Watch: SpaceX 'catches' Starship booster after flight

· RTE.ie

SpaceX successfully "caught" the first-stage booster of its Starship megarocket using giant metal arms as it returned to the launch pad after a test flight, a first in the company's quest to build reusable a moon and Mars vehicle.

The rocket's Super Heavy first stage booster lifted off at 7.25am (1.25pm Irish time) from SpaceX's launch facilities in Boca Chica, Texas, sending the Starship second stage rocket toward space before separating at an altitude of roughly 70km to begin its return to land.

The Super Heavy booster re-lit three of its 33 Raptor engines to slow its speedy descent back to SpaceX's launch site, as it targeted the launch tower it had blasted off from.

With its engines roaring, the 71 metre-tall booster fell into two metal arms fitted to the tower, hooking itself in place by its four forward grid fins it used to steer itself through the air.

"The tower has caught the rocket!!" SpaceX CEO Elon Musk wrote on X afterwards.

The novel catch-landing method is the latest advance in SpaceX's test-to-failure development campaign for a fully reusable rocket designed to loft more cargo into orbit, ferry humans to the moon for NASA and eventually reach Mars - the ultimate destination envisioned by Mr Musk.

The test flight and landing took place at SpaceX's facilities in Texas

The US Federal Aviation Administration approved SpaceX's launch license for the Starship test, following weeks of tension between the company and its regulator over the pace of launch approvals and fines related to SpaceX's workhorse rocket, the Falcon 9.

Starship, first unveiled by Mr Musk in 2017, has exploded several times in various stages of testing on past flights, but successfully completed a full flight in June for the first time.

The two-stage rocket's Super Heavy booster lifted off from Texas sending the second stage Starship on a near-orbital path bound for the Indian Ocean some 90 minutes later, acing a fiery hypersonic reentry.

Irish scientist says SpaceX launch 'moment we will never forget'

An Irish scientist has hailed SpaceX's fifth giant Starship rocket launch as "amazing" and a "real moment that we will probably never forget" as it succeeded in its very first attempt to catch a huge booster launch rocket, as it returned back to earth in Texas today.

Giant robotic arms were used in a chopstick manoevre in what is being hailed as an engineering first.

Dr Niamh Shaw, scientist and space expert said the amazing thing about today was that this is "an enormous rocket".

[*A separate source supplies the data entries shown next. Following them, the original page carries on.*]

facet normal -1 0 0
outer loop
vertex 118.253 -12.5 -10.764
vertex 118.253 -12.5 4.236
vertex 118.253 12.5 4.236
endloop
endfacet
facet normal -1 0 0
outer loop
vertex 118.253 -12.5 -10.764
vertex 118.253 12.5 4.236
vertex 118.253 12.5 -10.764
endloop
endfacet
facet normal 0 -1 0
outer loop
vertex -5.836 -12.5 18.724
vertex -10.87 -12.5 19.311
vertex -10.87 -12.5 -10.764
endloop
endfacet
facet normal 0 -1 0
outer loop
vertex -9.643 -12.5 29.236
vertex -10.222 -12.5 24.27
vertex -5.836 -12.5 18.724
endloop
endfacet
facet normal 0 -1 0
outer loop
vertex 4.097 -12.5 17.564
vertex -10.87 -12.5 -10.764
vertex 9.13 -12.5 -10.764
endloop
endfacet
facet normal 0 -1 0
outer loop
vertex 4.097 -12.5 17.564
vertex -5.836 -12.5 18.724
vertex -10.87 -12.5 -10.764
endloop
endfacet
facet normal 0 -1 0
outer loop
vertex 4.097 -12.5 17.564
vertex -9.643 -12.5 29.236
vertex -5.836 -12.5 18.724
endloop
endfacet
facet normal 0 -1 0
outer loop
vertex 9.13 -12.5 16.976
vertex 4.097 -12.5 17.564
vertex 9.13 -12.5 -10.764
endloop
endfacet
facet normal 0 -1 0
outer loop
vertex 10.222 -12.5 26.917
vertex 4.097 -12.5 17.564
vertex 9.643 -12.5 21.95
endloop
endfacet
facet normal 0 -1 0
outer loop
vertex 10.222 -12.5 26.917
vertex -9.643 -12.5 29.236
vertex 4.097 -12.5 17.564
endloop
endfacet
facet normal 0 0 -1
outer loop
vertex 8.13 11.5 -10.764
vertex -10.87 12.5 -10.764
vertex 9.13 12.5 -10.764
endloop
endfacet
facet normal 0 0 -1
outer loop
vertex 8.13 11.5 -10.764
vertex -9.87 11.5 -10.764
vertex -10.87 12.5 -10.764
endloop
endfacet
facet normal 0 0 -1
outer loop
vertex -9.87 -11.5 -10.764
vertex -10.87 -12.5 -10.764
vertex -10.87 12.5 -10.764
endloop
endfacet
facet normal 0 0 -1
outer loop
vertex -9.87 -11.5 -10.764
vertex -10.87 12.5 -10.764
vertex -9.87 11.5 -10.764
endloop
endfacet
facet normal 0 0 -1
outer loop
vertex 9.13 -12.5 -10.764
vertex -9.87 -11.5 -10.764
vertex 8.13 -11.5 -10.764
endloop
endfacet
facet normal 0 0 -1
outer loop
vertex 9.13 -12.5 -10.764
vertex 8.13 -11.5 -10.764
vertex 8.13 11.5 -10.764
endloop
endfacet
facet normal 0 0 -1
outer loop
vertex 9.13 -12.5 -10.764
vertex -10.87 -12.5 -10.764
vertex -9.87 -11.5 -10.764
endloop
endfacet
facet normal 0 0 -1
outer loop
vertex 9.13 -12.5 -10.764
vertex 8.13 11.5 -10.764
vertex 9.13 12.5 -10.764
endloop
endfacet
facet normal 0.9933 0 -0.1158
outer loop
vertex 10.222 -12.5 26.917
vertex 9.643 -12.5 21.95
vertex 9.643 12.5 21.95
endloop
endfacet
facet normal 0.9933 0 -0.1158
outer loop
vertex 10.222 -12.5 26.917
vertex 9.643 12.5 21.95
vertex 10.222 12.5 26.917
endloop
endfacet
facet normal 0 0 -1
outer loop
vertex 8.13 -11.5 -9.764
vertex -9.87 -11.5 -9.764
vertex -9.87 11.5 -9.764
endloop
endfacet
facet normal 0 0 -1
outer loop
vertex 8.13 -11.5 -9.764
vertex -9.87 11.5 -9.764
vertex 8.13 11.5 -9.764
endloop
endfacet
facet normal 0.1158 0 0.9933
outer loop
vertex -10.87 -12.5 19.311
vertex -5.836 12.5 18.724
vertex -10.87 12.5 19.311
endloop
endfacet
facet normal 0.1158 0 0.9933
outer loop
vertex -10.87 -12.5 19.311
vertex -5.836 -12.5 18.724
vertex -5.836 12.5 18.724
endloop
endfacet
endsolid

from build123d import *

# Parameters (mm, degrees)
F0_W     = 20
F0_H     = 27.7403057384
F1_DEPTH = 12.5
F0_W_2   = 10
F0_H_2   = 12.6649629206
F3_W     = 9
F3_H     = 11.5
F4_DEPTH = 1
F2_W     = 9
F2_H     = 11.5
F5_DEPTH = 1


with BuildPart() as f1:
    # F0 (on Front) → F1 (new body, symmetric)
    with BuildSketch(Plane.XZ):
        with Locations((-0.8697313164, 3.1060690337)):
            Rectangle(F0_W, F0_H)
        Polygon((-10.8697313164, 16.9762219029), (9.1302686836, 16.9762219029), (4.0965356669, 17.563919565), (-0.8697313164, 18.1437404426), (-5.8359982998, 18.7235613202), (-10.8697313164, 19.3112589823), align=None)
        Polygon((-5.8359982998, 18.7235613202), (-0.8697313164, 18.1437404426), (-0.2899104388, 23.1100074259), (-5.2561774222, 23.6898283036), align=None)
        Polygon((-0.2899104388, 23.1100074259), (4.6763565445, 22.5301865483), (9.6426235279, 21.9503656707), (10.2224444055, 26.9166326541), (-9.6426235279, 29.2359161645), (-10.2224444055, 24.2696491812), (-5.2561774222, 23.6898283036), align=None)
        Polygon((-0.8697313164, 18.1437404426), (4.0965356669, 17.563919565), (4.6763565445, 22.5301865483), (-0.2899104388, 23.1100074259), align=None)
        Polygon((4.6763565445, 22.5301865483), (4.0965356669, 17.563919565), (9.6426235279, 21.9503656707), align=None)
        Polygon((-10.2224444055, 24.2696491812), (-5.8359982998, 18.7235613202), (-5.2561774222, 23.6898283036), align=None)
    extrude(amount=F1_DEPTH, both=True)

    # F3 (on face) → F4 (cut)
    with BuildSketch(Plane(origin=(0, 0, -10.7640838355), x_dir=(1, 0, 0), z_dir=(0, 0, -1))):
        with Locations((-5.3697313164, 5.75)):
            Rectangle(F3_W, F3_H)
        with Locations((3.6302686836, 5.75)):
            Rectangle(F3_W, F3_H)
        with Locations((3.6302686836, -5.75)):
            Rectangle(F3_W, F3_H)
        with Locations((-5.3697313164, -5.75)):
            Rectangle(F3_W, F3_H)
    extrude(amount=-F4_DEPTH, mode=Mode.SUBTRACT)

"Its on a whole other level and they're doing it because they want to have a faster turnaround. They want to have more usability.

"Being able to catch it in the launch pad, they don't have to go out and colleact it, which they normally do on a barge on the ocean, and then pull the legs up and then bring it back and rest it."

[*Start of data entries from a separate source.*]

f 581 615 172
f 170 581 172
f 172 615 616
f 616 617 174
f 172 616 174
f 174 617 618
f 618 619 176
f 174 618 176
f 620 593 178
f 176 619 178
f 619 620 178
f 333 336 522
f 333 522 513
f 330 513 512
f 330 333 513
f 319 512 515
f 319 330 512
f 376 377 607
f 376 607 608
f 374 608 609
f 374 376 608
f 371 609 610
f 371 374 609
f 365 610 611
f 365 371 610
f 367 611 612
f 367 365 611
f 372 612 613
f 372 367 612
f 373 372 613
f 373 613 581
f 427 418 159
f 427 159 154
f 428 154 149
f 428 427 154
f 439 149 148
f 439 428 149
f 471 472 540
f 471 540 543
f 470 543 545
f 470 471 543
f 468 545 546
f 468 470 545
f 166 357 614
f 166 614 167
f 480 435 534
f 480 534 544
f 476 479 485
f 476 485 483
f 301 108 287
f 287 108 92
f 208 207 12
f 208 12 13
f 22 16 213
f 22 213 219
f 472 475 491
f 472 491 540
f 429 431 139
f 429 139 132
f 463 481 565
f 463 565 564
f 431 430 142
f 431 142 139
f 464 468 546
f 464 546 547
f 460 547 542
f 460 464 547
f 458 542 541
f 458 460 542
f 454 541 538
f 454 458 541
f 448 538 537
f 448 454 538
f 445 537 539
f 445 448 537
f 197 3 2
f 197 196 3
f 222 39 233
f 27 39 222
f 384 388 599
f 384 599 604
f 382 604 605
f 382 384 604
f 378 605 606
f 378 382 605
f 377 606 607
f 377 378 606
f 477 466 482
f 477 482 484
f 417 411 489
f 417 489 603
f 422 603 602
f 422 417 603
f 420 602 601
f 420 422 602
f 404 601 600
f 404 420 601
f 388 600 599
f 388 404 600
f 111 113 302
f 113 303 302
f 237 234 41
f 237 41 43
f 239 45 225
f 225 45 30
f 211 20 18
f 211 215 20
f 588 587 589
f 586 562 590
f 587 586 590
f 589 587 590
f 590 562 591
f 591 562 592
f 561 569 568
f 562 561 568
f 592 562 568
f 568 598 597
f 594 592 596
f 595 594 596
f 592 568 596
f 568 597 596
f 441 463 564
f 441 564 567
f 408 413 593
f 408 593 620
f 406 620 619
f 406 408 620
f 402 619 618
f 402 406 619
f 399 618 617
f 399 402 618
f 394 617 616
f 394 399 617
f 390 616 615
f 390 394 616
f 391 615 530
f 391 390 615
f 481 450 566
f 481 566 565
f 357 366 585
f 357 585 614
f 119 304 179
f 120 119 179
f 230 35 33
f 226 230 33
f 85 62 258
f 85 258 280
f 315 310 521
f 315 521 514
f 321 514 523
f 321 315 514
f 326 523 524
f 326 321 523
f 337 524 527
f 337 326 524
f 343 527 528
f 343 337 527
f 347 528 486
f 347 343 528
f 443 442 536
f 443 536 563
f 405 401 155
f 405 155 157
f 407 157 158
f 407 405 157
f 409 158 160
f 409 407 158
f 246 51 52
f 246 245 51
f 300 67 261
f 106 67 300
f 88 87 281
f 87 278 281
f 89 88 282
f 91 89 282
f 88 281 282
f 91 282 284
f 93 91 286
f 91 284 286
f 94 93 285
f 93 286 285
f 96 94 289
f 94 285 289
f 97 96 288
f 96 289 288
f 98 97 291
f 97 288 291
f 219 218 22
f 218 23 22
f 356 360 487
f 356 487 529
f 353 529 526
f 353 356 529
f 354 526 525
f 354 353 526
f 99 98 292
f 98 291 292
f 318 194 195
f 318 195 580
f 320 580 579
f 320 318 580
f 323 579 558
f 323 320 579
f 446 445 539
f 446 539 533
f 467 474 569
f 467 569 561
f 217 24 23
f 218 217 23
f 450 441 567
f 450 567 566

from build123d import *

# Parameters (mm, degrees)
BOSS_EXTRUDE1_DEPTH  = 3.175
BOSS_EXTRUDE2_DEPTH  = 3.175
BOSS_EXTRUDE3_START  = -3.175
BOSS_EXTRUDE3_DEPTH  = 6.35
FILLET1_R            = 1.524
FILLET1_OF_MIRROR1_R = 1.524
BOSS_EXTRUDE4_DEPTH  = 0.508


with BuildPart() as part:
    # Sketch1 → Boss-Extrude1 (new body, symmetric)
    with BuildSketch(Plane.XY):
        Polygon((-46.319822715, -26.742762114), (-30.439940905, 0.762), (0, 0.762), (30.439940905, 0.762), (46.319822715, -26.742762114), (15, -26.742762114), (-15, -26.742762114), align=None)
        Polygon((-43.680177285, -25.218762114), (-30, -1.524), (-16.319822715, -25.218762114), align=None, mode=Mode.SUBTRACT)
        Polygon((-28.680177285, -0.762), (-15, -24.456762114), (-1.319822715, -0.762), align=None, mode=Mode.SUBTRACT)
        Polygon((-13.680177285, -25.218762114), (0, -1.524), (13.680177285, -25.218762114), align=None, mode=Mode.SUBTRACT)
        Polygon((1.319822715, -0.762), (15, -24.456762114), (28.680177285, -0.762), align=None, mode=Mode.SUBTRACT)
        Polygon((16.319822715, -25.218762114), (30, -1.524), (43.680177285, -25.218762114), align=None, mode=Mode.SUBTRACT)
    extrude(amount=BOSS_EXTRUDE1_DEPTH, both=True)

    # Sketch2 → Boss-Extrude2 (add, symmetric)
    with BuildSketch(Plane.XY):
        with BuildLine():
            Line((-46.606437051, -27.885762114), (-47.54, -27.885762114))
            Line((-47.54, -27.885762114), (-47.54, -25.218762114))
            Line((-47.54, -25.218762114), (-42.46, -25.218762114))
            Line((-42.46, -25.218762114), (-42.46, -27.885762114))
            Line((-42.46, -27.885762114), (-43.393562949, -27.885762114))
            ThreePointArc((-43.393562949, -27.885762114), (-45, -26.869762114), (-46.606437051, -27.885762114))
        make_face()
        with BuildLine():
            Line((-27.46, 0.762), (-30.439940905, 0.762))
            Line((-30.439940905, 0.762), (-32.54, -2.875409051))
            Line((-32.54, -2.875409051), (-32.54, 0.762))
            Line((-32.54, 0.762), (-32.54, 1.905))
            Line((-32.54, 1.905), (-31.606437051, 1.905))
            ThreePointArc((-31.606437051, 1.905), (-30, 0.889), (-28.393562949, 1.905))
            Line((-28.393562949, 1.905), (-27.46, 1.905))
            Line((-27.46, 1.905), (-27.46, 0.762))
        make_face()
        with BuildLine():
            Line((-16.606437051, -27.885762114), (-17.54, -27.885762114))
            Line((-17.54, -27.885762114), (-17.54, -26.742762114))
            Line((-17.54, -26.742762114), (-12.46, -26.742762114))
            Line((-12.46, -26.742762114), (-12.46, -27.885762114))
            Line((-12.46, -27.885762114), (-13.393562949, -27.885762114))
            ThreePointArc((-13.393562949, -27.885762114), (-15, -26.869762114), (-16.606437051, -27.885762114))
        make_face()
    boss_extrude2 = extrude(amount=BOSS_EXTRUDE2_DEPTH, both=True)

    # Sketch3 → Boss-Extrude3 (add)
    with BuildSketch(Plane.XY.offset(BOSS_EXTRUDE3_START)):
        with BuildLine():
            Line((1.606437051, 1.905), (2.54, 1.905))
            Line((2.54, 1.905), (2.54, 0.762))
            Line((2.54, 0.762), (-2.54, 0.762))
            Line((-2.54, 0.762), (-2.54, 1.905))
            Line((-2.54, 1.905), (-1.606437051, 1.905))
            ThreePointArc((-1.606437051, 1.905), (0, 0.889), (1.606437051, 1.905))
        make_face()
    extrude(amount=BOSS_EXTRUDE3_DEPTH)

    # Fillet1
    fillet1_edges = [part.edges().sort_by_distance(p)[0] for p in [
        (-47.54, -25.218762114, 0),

SpaceX is on a quest to develop a reusable rocket

She said today's success means the booster will instead be ready to go again, making reusable space vehicles a step closer for the company.

"None of us expected it to actually happen today because you're trying to do something that's never been done before," she said.

"They actually succeeded in the first attempt. Watching it come down and then with the chopsticks or the mechazilla, as it's called... it was a real moment that we'll probably never forget."

She believes that CEO Elon Musk's aspirations for the SpaceX flights to lead to what he calls multiplanetary life in the future are a "big sell."

However, she believes the company will continue to work at the forefront of space exploration, providing "really good business for space."

She says tomorrow there will be another first with a science experiment being brought to Jupiter on a NASA mission.

"SpaceX are a business and they're making a lot of money," she said, adding that if you were a betting person, SpaceX was likely to be involved in bringing scientific experiments to Mars.

"Let's get to the moon first and let's make sure that humans get there safely before we start talking about pie in the sky stuff."